These Taste Just Like Reese's Peanut Butter Cups...Yeah Right!

I'll take you on a little trip back in time for today's post. 

Way back when I was travelling quite a bit for work.

And I was on a trip to California - I can't remember what event I was there for, but I know that I spent the first part of the trip with Dirty and the second part of the trip with BigSurprise.

I believe that BigSurprise and I were heading to Nevada, but there was some off days in between events so I was staying the weekend at her house.

For some reason, we decided that we would take a day trip to Yosemite National Park. So we woke up in the morning, had a little breakfast and started on our way with a map and maybe a water bottle or two.

A couple of hours down the road, we realize that we are in the middle of nowhere and we have no food. And I am starting to get hungry.

Then BigSurprise remembers that she has these protein bars in her car so she gets one out and we are going to share it.


I'm a little skeptical - I really am not a big fan of protein bars. So I'm checking out the packaging and analyzing my options when she tells me, "Oh stop - I eat them all the time - they taste great! Just like Reese's Peanut Butter Cups!"

Fine. I open the package and can immediately smell the protein. This is not looking good.

I take a bite and I almost hurl! Literally, this most assuredly DID.NOT! taste like a Reese's Peanut Butter Cup! 

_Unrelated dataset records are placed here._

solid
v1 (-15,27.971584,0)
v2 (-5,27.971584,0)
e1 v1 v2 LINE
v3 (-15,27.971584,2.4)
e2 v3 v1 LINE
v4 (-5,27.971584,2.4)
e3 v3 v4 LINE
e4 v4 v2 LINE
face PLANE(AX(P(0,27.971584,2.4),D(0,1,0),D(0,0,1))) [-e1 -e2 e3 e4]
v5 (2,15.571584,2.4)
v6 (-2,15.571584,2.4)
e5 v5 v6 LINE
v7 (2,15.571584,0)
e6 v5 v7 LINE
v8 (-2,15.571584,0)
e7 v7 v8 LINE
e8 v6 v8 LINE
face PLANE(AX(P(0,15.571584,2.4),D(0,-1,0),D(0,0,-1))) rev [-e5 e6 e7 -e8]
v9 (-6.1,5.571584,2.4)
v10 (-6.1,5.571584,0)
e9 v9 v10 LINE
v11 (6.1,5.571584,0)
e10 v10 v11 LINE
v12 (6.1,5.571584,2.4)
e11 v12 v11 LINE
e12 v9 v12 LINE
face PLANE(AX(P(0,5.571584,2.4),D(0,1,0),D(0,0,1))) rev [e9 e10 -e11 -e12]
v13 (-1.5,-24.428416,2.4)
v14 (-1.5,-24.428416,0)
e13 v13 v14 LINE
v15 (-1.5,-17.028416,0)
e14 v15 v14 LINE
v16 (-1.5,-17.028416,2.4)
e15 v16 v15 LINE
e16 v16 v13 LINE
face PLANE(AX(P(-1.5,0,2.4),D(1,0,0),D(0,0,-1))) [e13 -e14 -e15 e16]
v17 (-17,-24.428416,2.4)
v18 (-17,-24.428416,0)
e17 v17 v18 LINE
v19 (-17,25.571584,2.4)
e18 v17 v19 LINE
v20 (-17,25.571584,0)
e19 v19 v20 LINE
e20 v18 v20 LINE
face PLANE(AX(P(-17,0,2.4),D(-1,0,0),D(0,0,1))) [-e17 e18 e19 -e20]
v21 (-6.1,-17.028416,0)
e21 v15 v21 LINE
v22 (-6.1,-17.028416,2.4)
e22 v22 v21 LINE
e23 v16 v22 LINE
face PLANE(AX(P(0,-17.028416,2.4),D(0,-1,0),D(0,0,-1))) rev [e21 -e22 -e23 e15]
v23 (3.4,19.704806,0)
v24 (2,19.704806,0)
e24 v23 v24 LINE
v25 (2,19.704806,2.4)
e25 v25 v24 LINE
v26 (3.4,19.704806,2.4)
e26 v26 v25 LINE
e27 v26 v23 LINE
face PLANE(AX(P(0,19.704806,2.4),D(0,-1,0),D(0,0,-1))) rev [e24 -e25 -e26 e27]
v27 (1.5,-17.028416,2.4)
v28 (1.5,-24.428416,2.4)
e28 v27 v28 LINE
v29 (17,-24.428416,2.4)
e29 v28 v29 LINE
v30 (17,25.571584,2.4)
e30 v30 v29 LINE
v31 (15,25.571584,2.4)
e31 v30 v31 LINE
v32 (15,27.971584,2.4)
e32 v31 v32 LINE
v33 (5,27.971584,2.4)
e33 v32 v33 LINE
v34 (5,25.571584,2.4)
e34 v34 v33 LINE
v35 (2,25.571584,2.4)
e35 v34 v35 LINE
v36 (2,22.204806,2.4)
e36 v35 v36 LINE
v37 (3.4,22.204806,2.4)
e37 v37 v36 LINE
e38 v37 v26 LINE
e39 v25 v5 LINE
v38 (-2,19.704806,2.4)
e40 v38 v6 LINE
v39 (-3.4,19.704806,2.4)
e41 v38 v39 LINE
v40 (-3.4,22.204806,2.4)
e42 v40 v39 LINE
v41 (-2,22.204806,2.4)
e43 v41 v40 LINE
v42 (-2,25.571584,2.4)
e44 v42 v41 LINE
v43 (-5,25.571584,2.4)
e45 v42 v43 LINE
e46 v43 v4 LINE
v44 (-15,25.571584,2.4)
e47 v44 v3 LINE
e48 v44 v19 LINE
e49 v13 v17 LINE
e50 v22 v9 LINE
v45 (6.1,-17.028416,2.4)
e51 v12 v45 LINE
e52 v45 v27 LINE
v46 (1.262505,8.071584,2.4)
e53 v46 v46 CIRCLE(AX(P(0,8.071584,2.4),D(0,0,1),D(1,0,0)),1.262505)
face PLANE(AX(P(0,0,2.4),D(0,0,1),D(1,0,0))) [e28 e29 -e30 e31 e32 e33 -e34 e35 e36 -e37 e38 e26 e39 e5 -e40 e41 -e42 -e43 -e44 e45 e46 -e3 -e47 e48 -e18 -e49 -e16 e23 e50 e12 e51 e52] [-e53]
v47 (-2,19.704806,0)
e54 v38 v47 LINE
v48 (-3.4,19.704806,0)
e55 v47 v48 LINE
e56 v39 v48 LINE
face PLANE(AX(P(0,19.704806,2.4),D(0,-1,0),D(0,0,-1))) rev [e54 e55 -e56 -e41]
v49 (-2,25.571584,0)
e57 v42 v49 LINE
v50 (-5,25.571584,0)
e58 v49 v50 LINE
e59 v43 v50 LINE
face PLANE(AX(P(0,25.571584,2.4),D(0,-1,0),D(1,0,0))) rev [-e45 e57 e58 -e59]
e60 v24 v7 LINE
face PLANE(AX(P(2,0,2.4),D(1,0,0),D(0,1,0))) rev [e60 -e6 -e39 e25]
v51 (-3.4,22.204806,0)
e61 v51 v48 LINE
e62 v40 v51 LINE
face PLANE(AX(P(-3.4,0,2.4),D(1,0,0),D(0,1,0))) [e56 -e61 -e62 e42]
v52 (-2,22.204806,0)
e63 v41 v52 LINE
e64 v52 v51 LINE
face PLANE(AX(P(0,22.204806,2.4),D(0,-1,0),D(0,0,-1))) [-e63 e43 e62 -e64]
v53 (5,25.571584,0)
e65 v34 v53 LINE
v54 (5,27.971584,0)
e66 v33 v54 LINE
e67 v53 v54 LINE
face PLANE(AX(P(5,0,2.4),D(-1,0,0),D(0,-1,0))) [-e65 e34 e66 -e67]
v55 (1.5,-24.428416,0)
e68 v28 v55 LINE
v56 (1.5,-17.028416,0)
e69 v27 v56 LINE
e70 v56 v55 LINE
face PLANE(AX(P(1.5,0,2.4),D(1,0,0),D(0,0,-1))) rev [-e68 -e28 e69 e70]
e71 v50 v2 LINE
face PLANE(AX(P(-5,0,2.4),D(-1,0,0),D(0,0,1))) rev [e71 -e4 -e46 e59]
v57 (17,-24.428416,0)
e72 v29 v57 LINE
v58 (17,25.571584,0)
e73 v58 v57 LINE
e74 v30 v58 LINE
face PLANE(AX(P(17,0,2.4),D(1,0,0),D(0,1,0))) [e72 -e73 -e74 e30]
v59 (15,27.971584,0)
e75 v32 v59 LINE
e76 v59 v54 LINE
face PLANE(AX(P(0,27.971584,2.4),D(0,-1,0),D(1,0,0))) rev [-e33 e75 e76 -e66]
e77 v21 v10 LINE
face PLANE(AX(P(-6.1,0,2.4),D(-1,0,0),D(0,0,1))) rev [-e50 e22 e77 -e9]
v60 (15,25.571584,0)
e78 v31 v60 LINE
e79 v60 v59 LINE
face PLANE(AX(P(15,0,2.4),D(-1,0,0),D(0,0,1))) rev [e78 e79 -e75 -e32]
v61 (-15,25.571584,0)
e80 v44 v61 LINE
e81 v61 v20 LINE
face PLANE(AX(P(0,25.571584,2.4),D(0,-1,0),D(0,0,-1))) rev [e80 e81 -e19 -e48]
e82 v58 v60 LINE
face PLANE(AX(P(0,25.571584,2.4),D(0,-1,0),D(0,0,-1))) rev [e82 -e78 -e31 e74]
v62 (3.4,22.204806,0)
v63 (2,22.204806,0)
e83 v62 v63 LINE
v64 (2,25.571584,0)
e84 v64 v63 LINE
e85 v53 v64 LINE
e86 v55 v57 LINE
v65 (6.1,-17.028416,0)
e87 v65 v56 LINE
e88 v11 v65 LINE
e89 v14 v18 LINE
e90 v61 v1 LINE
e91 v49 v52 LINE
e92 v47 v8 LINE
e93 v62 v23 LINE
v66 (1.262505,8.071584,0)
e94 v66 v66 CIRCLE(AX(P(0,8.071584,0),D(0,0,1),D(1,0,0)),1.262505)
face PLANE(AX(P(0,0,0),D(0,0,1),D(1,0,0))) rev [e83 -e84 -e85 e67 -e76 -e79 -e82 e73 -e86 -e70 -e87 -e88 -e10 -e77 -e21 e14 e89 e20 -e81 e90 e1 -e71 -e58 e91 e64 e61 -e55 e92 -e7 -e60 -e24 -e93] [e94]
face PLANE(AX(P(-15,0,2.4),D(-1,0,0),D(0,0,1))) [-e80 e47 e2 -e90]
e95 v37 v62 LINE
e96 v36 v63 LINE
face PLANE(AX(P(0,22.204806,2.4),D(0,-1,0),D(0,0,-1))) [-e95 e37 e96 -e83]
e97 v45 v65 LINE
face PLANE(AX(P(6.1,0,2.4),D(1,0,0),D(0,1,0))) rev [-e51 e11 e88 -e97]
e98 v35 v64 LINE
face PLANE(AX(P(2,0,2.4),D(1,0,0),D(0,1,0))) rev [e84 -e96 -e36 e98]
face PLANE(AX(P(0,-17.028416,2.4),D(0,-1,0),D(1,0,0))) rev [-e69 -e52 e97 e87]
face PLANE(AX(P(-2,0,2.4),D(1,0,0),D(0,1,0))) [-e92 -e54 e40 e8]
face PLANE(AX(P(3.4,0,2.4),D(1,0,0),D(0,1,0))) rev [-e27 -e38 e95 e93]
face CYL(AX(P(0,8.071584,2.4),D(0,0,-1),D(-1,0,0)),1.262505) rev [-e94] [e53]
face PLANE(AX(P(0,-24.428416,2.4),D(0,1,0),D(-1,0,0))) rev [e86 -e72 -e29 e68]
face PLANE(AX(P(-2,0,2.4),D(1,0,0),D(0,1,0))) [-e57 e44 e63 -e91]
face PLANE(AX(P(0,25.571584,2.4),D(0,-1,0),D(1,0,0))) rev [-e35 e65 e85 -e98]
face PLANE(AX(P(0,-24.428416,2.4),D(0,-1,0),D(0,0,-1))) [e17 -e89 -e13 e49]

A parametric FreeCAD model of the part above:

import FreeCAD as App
import Part
import Sketcher

doc = App.newDocument("Part")
params = doc.addObject("Spreadsheet::Sheet", "Params")
for row, (alias, value) in enumerate([
    ("sketch1_width", "2 mm"),
    ("sketch1_width2", "10 mm"),
    ("sketch1_width3", "3 mm"),
    ("sketch1_width4", "4 mm"),
    ("sketch1_height", "50 mm"),
    ("pad1_length", "2.4 mm"),
], start=1):
    params.set(f"A{row}", alias)
    params.set(f"B{row}", "=" + value)
    params.setAlias(f"B{row}", alias)

body = doc.addObject("PartDesign::Body", "Body")

sketch1 = body.newObject("Sketcher::SketchObject", "Sketch")
sketch1.AttachmentSupport = (doc.getObject("XY_Plane"), [""])
sketch1.MapMode = "FlatFace"
sketch1.addGeometry(Part.LineSegment(App.Vector(17, 25.6, 0), App.Vector(15, 25.6, 0)), False)
sketch1.addGeometry(Part.LineSegment(App.Vector(15, 25.6, 0), App.Vector(15, 28, 0)), False)
sketch1.addGeometry(Part.LineSegment(App.Vector(15, 28, 0), App.Vector(5, 28, 0)), False)
sketch1.addGeometry(Part.LineSegment(App.Vector(5, 28, 0), App.Vector(5, 25.6, 0)), False)
sketch1.addGeometry(Part.LineSegment(App.Vector(5, 25.6, 0), App.Vector(2, 25.6, 0)), False)
sketch1.addGeometry(Part.LineSegment(App.Vector(2, 25.6, 0), App.Vector(2, 22.2, 0)), False)
sketch1.addGeometry(Part.LineSegment(App.Vector(2, 22.2, 0), App.Vector(3.4, 22.2, 0)), False)
sketch1.addGeometry(Part.LineSegment(App.Vector(3.4, 22.2, 0), App.Vector(3.4, 19.7, 0)), False)
sketch1.addGeometry(Part.LineSegment(App.Vector(3.4, 19.7, 0), App.Vector(2, 19.7, 0)), False)
sketch1.addGeometry(Part.LineSegment(App.Vector(2, 19.7, 0), App.Vector(2, 15.6, 0)), False)
sketch1.addGeometry(Part.LineSegment(App.Vector(2, 15.6, 0), App.Vector(-2, 15.6, 0)), False)
sketch1.addGeometry(Part.LineSegment(App.Vector(-2, 15.6, 0), App.Vector(-2, 19.7, 0)), False)
sketch1.addGeometry(Part.LineSegment(App.Vector(-2, 19.7, 0), App.Vector(-3.4, 19.7, 0)), False)
sketch1.addGeometry(Part.LineSegment(App.Vector(-3.4, 19.7, 0), App.Vector(-3.4, 22.2, 0)), False)
sketch1.addGeometry(Part.LineSegment(App.Vector(-3.4, 22.2, 0), App.Vector(-2, 22.2, 0)), False)
sketch1.addGeometry(Part.LineSegment(App.Vector(-2, 22.2, 0), App.Vector(-2, 25.6, 0)), False)
sketch1.addGeometry(Part.LineSegment(App.Vector(-2, 25.6, 0), App.Vector(-5, 25.6, 0)), False)
sketch1.addGeometry(Part.LineSegment(App.Vector(-5, 25.6, 0), App.Vector(-5, 28, 0)), False)
sketch1.addGeometry(Part.LineSegment(App.Vector(-5, 28, 0), App.Vector(-15, 28, 0)), False)
sketch1.addGeometry(Part.LineSegment(App.Vector(-15, 28, 0), App.Vector(-15, 25.6, 0)), False)
sketch1.addGeometry(Part.LineSegment(App.Vector(-15, 25.6, 0), App.Vector(-17, 25.6, 0)), False)
sketch1.addGeometry(Part.LineSegment(App.Vector(-17, 25.6, 0), App.Vector(-17, -24.4, 0)), False)
sketch1.addGeometry(Part.LineSegment(App.Vector(-17, -24.4, 0), App.Vector(-1.5, -24.4, 0)), False)
sketch1.addGeometry(Part.LineSegment(App.Vector(-1.5, -24.4, 0), App.Vector(-1.5, -17, 0)), False)
sketch1.addGeometry(Part.LineSegment(App.Vector(-1.5, -17, 0), App.Vector(-6.1, -17, 0)), False)
sketch1.addGeometry(Part.LineSegment(App.Vector(-6.1, -17, 0), App.Vector(-6.1, 5.6, 0)), False)
sketch1.addGeometry(Part.LineSegment(App.Vector(-6.1, 5.6, 0), App.Vector(6.1, 5.6, 0)), False)
sketch1.addGeometry(Part.LineSegment(App.Vector(6.1, 5.6, 0), App.Vector(6.1, -17, 0)), False)
sketch1.addGeometry(Part.LineSegment(App.Vector(6.1, -17, 0), App.Vector(1.5, -17, 0)), False)
sketch1.addGeometry(Part.LineSegment(App.Vector(1.5, -17, 0), App.Vector(1.5, -24.4, 0)), False)
sketch1.addGeometry(Part.LineSegment(App.Vector(1.5, -24.4, 0), App.Vector(17, -24.4, 0)), False)
sketch1.addGeometry(Part.LineSegment(App.Vector(17, -24.4, 0), App.Vector(17, 25.6, 0)), False)
sketch1.addGeometry(Part.Circle(App.Vector(0, 8.1, 0), App.Vector(0, 0, 1), 1.3), False)
sketch1.addConstraint(Sketcher.Constraint("Coincident", 0, 2, 1, 1))
sketch1.addConstraint(Sketcher.Constraint("Coincident", 1, 2, 2, 1))
sketch1.addConstraint(Sketcher.Constraint("Coincident", 2, 2, 3, 1))
sketch1.addConstraint(Sketcher.Constraint("Coincident", 3, 2, 4, 1))
sketch1.addConstraint(Sketcher.Constraint("Coincident", 4, 2, 5, 1))
sketch1.addConstraint(Sketcher.Constraint("Coincident", 5, 2, 6, 1))
sketch1.addConstraint(Sketcher.Constraint("Coincident", 6, 2, 7, 1))
sketch1.addConstraint(Sketcher.Constraint("Coincident", 7, 2, 8, 1))
sketch1.addConstraint(Sketcher.Constraint("Coincident", 8, 2, 9, 1))
sketch1.addConstraint(Sketcher.Constraint("Coincident", 9, 2, 10, 1))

But we ended up having a blast and I never ate another Think Thin bar again!


One of the many pictures that we took of ourselves along the way. At one point we stopped at a designated photo spot and I asked someone to take our picture, complete with hand gestures. They looked like they spoke English, but they did not. So BigSurprise yells at me that I found the foreigners and they didn't even know what I was saying.

I assured her that the hand gesture I used was the universal sign for "take a picture."

At least she didn't tell us to say "chicken bone."

Tuesday, January 29, 2013

Break Out the Patchouli Oil and Tie-Dye


I'm becoming a hippy!

I am currently reading a book called Skintervention - and so far I am LOVING it!

It is all about healing your skin and hair naturally. Basically about what you put in your body and on your body. I'm just finishing the in your body portion of the book - she recommends doing the program for 4-6 weeks, I'm waiting for a few things I ordered to come in, so I'm hoping to start on Friday.

Part of the program is to drink a cup of homemade bone broth every day - and bone broth takes a real long time to make, so I've been wanting a pressure cooker for a long time now.

I've also been wanting a meat grinder for a long time now. Don't ask. I just want to make my own sausage and ground meat.

So yesterday I was talking to Match and she had both of these things for me!

I'm so excited for Friday to get here so I can try them out!

Sunday, January 27, 2013

Rainy Day Schedule


I went out with the Littles (SuperFan, JP, and Lynsky) on Friday night despite feeling a cold coming on for the couple of days prior. 

And I paid for it for the rest of this weekend.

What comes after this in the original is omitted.